Once the gas bubble surfaces and the gas pressure is vented, the riser can be filled with mud again through the mud boost line. Normal well control procedures would resume (kill the well, then circulate the riser with kill weight mud, circulating the riser mud through the mud gas separator).

Riser analysis

It is fairly straight forward to compare the pressure and tension requirements of this system in global analysis. The effects of line load sharing are somewhat reduced with the heavier riser, because the auxiliary lines make up a slightly smaller percentage of the steel in the riser, and the heavier riser tube is slightly stiffer. A line load sharing analysis should be done in any event, but to make exact wall thickness comparisons for the gas handler, versus a diverter, requires much detail and will not work out to exactly the same stress levels everywhere in the riser.

At the design pressure of 1,500 psi added surface pressure, the tension developed in the riser from the closed-in gas handler adds about 500 kips of tension to the separating loads on the riser main tube couplings. The good news is that this pressure does not reduce the effective tension in the riser as the open-ended diverter would, so no compensation for tension is required.

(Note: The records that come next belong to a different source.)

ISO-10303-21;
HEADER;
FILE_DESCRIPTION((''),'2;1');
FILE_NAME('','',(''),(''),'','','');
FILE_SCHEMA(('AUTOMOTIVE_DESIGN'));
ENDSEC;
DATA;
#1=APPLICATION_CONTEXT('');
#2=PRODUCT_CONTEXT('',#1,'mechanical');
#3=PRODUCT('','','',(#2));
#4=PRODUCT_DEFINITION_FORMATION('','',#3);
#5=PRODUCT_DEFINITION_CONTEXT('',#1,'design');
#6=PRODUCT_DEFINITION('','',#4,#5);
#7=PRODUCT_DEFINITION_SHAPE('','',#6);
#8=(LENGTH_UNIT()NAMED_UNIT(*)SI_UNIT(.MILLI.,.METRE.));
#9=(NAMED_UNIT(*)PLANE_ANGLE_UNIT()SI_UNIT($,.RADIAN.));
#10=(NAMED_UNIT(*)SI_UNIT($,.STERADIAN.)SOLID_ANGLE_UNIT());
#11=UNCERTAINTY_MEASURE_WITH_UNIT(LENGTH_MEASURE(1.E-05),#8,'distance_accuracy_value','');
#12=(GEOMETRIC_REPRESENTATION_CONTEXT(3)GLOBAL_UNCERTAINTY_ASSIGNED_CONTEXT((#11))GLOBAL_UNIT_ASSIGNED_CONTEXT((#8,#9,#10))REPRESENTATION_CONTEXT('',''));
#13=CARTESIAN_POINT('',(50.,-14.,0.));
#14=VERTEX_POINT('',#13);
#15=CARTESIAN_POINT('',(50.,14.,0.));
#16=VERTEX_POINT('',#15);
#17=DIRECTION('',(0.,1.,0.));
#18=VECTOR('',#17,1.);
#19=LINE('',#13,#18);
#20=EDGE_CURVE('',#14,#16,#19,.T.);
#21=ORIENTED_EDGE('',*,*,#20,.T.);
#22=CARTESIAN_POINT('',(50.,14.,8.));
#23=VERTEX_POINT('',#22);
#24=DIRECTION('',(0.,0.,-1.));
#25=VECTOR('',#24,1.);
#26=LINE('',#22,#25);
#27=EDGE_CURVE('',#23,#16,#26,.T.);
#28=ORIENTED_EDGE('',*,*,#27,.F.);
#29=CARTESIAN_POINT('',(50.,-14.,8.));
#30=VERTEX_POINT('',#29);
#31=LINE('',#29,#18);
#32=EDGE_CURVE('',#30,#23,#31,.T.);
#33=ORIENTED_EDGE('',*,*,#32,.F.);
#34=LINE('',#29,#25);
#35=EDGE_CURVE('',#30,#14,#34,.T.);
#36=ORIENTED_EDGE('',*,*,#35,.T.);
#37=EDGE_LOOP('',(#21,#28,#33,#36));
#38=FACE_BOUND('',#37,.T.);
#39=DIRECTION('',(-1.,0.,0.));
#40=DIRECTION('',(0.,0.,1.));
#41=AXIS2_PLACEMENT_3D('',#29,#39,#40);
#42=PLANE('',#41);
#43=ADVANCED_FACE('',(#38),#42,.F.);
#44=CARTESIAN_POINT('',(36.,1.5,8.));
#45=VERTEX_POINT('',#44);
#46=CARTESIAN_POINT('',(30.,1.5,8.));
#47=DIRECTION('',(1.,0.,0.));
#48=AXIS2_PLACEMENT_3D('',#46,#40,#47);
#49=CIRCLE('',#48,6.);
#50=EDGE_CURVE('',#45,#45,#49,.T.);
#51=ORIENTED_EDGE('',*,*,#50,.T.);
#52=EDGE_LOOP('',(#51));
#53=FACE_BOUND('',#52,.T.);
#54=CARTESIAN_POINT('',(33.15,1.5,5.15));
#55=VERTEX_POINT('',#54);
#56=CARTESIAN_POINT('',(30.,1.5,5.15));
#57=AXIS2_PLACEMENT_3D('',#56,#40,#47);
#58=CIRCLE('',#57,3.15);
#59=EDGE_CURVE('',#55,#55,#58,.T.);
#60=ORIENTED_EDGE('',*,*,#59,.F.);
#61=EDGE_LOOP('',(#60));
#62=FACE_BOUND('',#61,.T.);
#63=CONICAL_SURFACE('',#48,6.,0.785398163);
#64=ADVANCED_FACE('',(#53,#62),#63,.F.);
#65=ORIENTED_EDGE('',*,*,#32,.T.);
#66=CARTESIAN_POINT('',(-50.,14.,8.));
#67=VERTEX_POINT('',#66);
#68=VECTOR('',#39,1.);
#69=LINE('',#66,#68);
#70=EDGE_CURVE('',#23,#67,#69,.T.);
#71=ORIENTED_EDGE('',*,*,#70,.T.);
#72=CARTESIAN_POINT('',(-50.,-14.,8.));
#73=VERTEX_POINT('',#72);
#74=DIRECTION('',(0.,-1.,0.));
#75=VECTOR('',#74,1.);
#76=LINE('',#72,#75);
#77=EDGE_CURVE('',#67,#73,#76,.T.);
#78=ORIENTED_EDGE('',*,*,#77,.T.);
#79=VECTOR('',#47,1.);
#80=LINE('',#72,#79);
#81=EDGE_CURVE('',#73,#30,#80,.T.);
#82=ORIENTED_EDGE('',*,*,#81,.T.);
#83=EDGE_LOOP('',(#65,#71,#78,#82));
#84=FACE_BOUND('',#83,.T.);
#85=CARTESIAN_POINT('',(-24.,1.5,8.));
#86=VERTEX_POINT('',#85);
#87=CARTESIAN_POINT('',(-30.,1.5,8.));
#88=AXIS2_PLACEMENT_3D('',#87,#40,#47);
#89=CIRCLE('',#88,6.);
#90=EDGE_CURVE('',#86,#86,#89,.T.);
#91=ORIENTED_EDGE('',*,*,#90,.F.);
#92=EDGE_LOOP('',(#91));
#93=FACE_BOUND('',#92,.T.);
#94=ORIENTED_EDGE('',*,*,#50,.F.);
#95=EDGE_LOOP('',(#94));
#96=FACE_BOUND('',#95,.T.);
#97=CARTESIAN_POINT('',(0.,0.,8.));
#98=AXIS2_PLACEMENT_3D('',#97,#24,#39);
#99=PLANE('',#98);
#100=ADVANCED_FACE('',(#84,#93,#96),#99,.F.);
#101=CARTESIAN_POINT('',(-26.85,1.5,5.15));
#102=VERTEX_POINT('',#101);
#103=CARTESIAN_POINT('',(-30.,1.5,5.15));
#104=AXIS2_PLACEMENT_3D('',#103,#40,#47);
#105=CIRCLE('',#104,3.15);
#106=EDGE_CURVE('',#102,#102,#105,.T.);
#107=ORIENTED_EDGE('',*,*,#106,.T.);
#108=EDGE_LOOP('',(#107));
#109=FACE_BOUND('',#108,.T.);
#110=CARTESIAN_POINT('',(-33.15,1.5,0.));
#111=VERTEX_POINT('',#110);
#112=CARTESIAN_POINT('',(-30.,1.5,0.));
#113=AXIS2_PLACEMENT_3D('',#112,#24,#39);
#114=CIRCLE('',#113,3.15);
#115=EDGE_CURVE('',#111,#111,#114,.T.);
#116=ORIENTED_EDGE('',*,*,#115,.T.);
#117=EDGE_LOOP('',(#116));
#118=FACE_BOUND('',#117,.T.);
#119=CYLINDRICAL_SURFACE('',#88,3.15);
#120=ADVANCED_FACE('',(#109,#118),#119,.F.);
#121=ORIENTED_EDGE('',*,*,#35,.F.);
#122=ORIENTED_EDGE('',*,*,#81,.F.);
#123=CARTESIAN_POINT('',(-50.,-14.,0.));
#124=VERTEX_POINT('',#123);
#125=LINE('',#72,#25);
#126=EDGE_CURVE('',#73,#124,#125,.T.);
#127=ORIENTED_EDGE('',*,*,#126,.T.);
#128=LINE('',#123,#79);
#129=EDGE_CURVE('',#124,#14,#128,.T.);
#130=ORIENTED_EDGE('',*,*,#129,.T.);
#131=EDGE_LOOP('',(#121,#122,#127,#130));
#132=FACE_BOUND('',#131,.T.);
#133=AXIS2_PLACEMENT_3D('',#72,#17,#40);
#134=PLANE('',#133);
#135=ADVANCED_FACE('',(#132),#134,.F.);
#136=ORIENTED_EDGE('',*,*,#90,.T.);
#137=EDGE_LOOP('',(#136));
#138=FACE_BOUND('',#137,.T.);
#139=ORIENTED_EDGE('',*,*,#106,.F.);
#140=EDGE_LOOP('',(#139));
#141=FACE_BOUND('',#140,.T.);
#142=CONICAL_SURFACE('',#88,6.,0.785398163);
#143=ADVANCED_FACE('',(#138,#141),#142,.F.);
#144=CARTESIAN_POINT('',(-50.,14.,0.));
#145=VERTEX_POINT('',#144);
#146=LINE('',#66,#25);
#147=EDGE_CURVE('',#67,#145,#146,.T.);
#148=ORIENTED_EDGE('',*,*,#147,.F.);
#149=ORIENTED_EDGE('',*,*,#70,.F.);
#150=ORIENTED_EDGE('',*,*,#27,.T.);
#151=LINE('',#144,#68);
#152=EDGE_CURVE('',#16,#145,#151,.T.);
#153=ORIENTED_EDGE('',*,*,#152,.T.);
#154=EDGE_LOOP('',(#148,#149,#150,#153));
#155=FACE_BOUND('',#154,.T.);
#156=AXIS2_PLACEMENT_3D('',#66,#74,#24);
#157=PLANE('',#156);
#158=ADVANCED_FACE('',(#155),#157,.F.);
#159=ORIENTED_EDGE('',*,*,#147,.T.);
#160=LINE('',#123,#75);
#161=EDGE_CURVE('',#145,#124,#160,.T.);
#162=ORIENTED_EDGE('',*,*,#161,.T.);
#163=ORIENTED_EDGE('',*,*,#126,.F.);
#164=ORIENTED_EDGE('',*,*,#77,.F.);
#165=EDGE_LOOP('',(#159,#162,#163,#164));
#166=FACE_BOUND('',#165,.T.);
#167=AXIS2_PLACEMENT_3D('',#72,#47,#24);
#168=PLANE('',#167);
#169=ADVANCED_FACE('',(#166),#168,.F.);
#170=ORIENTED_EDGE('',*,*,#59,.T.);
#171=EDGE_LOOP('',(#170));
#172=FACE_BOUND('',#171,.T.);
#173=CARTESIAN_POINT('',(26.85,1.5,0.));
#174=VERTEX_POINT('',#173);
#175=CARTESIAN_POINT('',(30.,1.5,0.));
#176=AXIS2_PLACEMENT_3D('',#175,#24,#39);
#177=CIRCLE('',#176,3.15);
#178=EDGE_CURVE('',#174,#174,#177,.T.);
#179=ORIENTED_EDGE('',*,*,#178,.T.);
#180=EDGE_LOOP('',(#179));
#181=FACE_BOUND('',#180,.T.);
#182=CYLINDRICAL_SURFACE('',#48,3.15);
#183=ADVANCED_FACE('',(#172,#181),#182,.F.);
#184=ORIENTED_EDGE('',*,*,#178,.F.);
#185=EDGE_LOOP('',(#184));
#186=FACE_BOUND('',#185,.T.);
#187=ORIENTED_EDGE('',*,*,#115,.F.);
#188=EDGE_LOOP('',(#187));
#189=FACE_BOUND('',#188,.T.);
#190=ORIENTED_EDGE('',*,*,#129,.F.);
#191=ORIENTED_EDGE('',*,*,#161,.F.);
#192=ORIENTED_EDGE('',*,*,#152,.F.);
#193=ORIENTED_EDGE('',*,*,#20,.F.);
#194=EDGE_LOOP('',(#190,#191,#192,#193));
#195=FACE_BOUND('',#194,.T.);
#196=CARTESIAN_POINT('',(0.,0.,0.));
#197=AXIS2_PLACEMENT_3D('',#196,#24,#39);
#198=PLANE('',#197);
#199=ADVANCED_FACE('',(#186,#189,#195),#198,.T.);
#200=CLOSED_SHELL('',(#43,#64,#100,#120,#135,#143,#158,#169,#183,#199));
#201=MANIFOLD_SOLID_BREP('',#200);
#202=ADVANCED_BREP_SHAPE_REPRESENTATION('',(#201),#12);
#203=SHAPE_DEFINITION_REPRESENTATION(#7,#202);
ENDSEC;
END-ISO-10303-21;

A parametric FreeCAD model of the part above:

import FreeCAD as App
import Part
import Sketcher
from FreeCAD import Vector


def add_polygon(sketch, points):
    """Adds a closed chain of lines whose ends are joined by coincident constraints."""
    first, n = sketch.GeometryCount, len(points)
    for a, b in zip(points, points[1:] + points[:1]):
        sketch.addGeometry(Part.LineSegment(App.Vector(*a, 0), App.Vector(*b, 0)), False)
    for i in range(n):
        sketch.addConstraint(Sketcher.Constraint("Coincident", first + i, 2, first + (i + 1) % n, 1))

doc = App.newDocument("Part")
body = doc.addObject("PartDesign::Body", "Body")

sketch1 = doc.addObject("Sketcher::SketchObject", "Sketch")
body.addObject(sketch1)
sketch1.AttachmentSupport = (doc.XY_Plane, [""])
sketch1.MapMode = "FlatFace"
add_polygon(sketch1, [(-50, 14), (-50, -14), (50, -14), (50, 14)])
sketch1.addConstraint(Sketcher.Constraint("Vertical", 0))
sketch1.addConstraint(Sketcher.Constraint("Horizontal", 1))
sketch1.addConstraint(Sketcher.Constraint("Vertical", 2))
sketch1.addConstraint(Sketcher.Constraint("Horizontal", 3))
sketch1.addConstraint(Sketcher.Constraint("Symmetric", 0, 2, 2, 2, -1, 1))
sketch1.addConstraint(Sketcher.Constraint("DistanceX", 1, 1, 1, 2, 100.0))
sketch1.addConstraint(Sketcher.Constraint("DistanceY", 0, 2, 0, 1, 28.0))
pad1 = doc.addObject("PartDesign::Pad", "Pad")
body.addObject(pad1)
pad1.Profile = sketch1
pad1.Length = 8

sketch2 = doc.addObject("Sketcher::SketchObject", "Sketch001")
body.addObject(sketch2)
sketch2.AttachmentSupport = (doc.XY_Plane, [""])
sketch2.MapMode = "FlatFace"
sketch2.AttachmentOffset = App.Placement(Vector(0, 0, 8), App.Rotation())
sketch2.addGeometry(Part.Circle(Vector(-30, 1.5, 0), Vector(0, 0, 1), 3.1), False)
sketch2.addGeometry(Part.Circle(Vector(30, 1.5, 0), Vector(0, 0, 1), 3.1), False)
sketch2.addConstraint(Sketcher.Constraint("Equal", 0, 1))
sketch2.addConstraint(Sketcher.Constraint("Symmetric", 0, 3, 1, 3, -2))
sketch2.addConstraint(Sketcher.Constraint("Diameter", 0, 6.3))
sketch2.addConstraint(Sketcher.Constraint("DistanceX", 0, 3, -1, 1, 30.0))
sketch2.addConstraint(Sketcher.Constraint("DistanceY", -1, 1, 0, 3, 1.5))
doc.recompute()
hole = doc.addObject("PartDesign::Hole", "Hole")
body.addObject(hole)
hole.Profile = sketch2
hole.ThreadType = "None"
hole.Diameter = 6.3
hole.DepthType = "Dimension"
hole.Depth = 50
hole.DrillPoint = "Flat"
hole.HoleCutType = "Countersink"
hole.HoleCutDiameter = 12
hole.HoleCutCountersinkAngle = 90

doc.recompute()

This undesirable effect is not normally a problem with the 500 psi diverter riser system, because the lower pressure and the normal excess tension applied for loss of a tensioner contingency is more than adequate to prevent tension problems in the riser if a diverter event is experienced. The riser analysis comparison allowed a reduction of 500 lb-meters/riser joint for the reduced coupling requirement weight reduction. Coupling weight impact was minimized by the use of 90-ft riser joints.

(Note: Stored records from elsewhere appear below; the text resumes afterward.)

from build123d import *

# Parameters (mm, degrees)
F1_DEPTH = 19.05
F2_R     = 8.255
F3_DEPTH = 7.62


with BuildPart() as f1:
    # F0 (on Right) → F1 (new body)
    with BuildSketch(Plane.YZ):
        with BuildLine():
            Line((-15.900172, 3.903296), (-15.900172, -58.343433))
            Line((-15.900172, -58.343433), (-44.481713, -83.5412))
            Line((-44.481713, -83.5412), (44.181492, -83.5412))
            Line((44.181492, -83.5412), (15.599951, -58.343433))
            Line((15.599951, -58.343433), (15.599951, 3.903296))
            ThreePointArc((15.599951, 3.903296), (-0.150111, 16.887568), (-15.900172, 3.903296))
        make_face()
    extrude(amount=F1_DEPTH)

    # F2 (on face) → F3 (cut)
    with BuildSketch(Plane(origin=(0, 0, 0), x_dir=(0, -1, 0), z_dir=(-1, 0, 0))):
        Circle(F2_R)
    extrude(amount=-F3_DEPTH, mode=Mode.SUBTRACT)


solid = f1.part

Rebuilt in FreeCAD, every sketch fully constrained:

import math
import FreeCAD as App
import Part
import Sketcher
from FreeCAD import Vector
Q = App.Units.Quantity

doc = App.newDocument("Part")
body = doc.addObject("PartDesign::Body", "Body")

# Sketch on YZ plane
sketch1 = body.newObject("Sketcher::SketchObject", "Sketch")
sketch1.AttachmentSupport = (doc.getObject("YZ_Plane"), [""])
sketch1.MapMode = "FlatFace"
sketch1.addGeometry(Part.LineSegment(Vector(-16, 4, 0), Vector(-16, -58, 0)), False)
sketch1.addGeometry(Part.LineSegment(Vector(-16, -58, 0), Vector(-44, -84, 0)), False)
sketch1.addGeometry(Part.LineSegment(Vector(-44, -84, 0), Vector(44, -84, 0)), False)
sketch1.addGeometry(Part.LineSegment(Vector(44, -84, 0), Vector(16, -58, 0)), False)
sketch1.addGeometry(Part.LineSegment(Vector(16, -58, 0), Vector(16, 4, 0)), False)
sketch1.addGeometry(Part.ArcOfCircle(Part.Circle(Vector(0, 1, 0), Vector(0, 0, 1), 16), math.radians(11), math.radians(169)), False)
sketch1.addConstraint(Sketcher.Constraint("Coincident", 0, 2, 1, 1))
sketch1.addConstraint(Sketcher.Constraint("Coincident", 1, 2, 2, 1))
sketch1.addConstraint(Sketcher.Constraint("Coincident", 2, 2, 3, 1))
sketch1.addConstraint(Sketcher.Constraint("Coincident", 3, 2, 4, 1))
sketch1.addConstraint(Sketcher.Constraint("Coincident", 4, 2, 5, 1))
sketch1.addConstraint(Sketcher.Constraint("Coincident", 5, 2, 0, 1))
sketch1.addConstraint(Sketcher.Constraint("Vertical", 0))
sketch1.addConstraint(Sketcher.Constraint("Horizontal", 2))
sketch1.addConstraint(Sketcher.Constraint("Vertical", 4))
sketch1.addConstraint(Sketcher.Constraint("Horizontal", 0, 2, 3, 2))
sketch1.addConstraint(Sketcher.Constraint("Horizontal", 4, 2, 5, 2))
sketch1.addConstraint(Sketcher.Constraint("Equal", 1, 3))
sketch1.addConstraint(Sketcher.Constraint("Radius", 5, 16.044633))
sketch1.addConstraint(Sketcher.Constraint("DistanceY", 0, 2, 0, 1, 62.246729))
sketch1.addConstraint(Sketcher.Constraint("DistanceY", 1, 2, -1, 1, 83.5412))
sketch1.addConstraint(Sketcher.Constraint("DistanceX", 2, 1, 2, 2, 88.663205))
sketch1.addConstraint(Sketcher.Constraint("DistanceX", 5, 3, -1, 1, 0.150111))
sketch1.addConstraint(Sketcher.Constraint("DistanceX", -1, 1, 3, 2, 15.599951))
sketch1.addConstraint(Sketcher.Constraint("Distance", 1, 38.102913))
pad1 = body.newObject("PartDesign::Pad", "Pad")
pad1.Profile = sketch1
pad1.Length = Q("0.75 in")

# Sketch on YZ plane
sketch2 = body.newObject("Sketcher::SketchObject", "Sketch001")
sketch2.AttachmentSupport = (doc.getObject("YZ_Plane"), [""])
sketch2.MapMode = "FlatFace"
sketch2.addGeometry(Part.Circle(Vector(0, 0, 0), Vector(0, 0, 1), 8), False)
sketch2.addConstraint(Sketcher.Constraint("Coincident", 0, 3, -1, 1))
sketch2.addConstraint(Sketcher.Constraint("Diameter", 0, Q("0.65 in")))
pocket1 = body.newObject("PartDesign::Pocket", "Pocket")
pocket1.Profile = sketch2
pocket1.Length = Q("0.3 in")
pocket1.Reversed = True

doc.recompute()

The sample riser system used to compare the diverter riser to the gas handler riser did not use riser collapse as part of the tube sizing criteria; the rig is moored, and the perceived risk, versus cost, was considered to favor ignoring the collapse from voiding the riser, particularly considering the added features of the gas handler in avoiding some of the major potential voiding hazards.

If voiding the riser is used as part of the main tube sizing criteria, then the weight differences between the two systems gets much smaller, as the tube will be sized for collapse as a governing criteria. Because of the already thicker main tube, the gas handler system is more collapse resistant, and is collapse resistant for most u-tube disconnect potentialities.

References

The papers referenced in this article are: Hall, et. al., Means for Handling Gas Influx in a Marine Riser, IADC/SPE 14739, 1986; Johnson, et. al., Gas Migration: Fast, Slow, or Stopped, IADC/SPE 29342, 1995.

Author

Robert Taylor has been involved in well control equipment, maintenance and operations since 1976. He is currently Manager, Technical Services at Marine Drilling Companies (Sugar Land, Texas). He holds a BS in mechanical engineering from Texas A&M.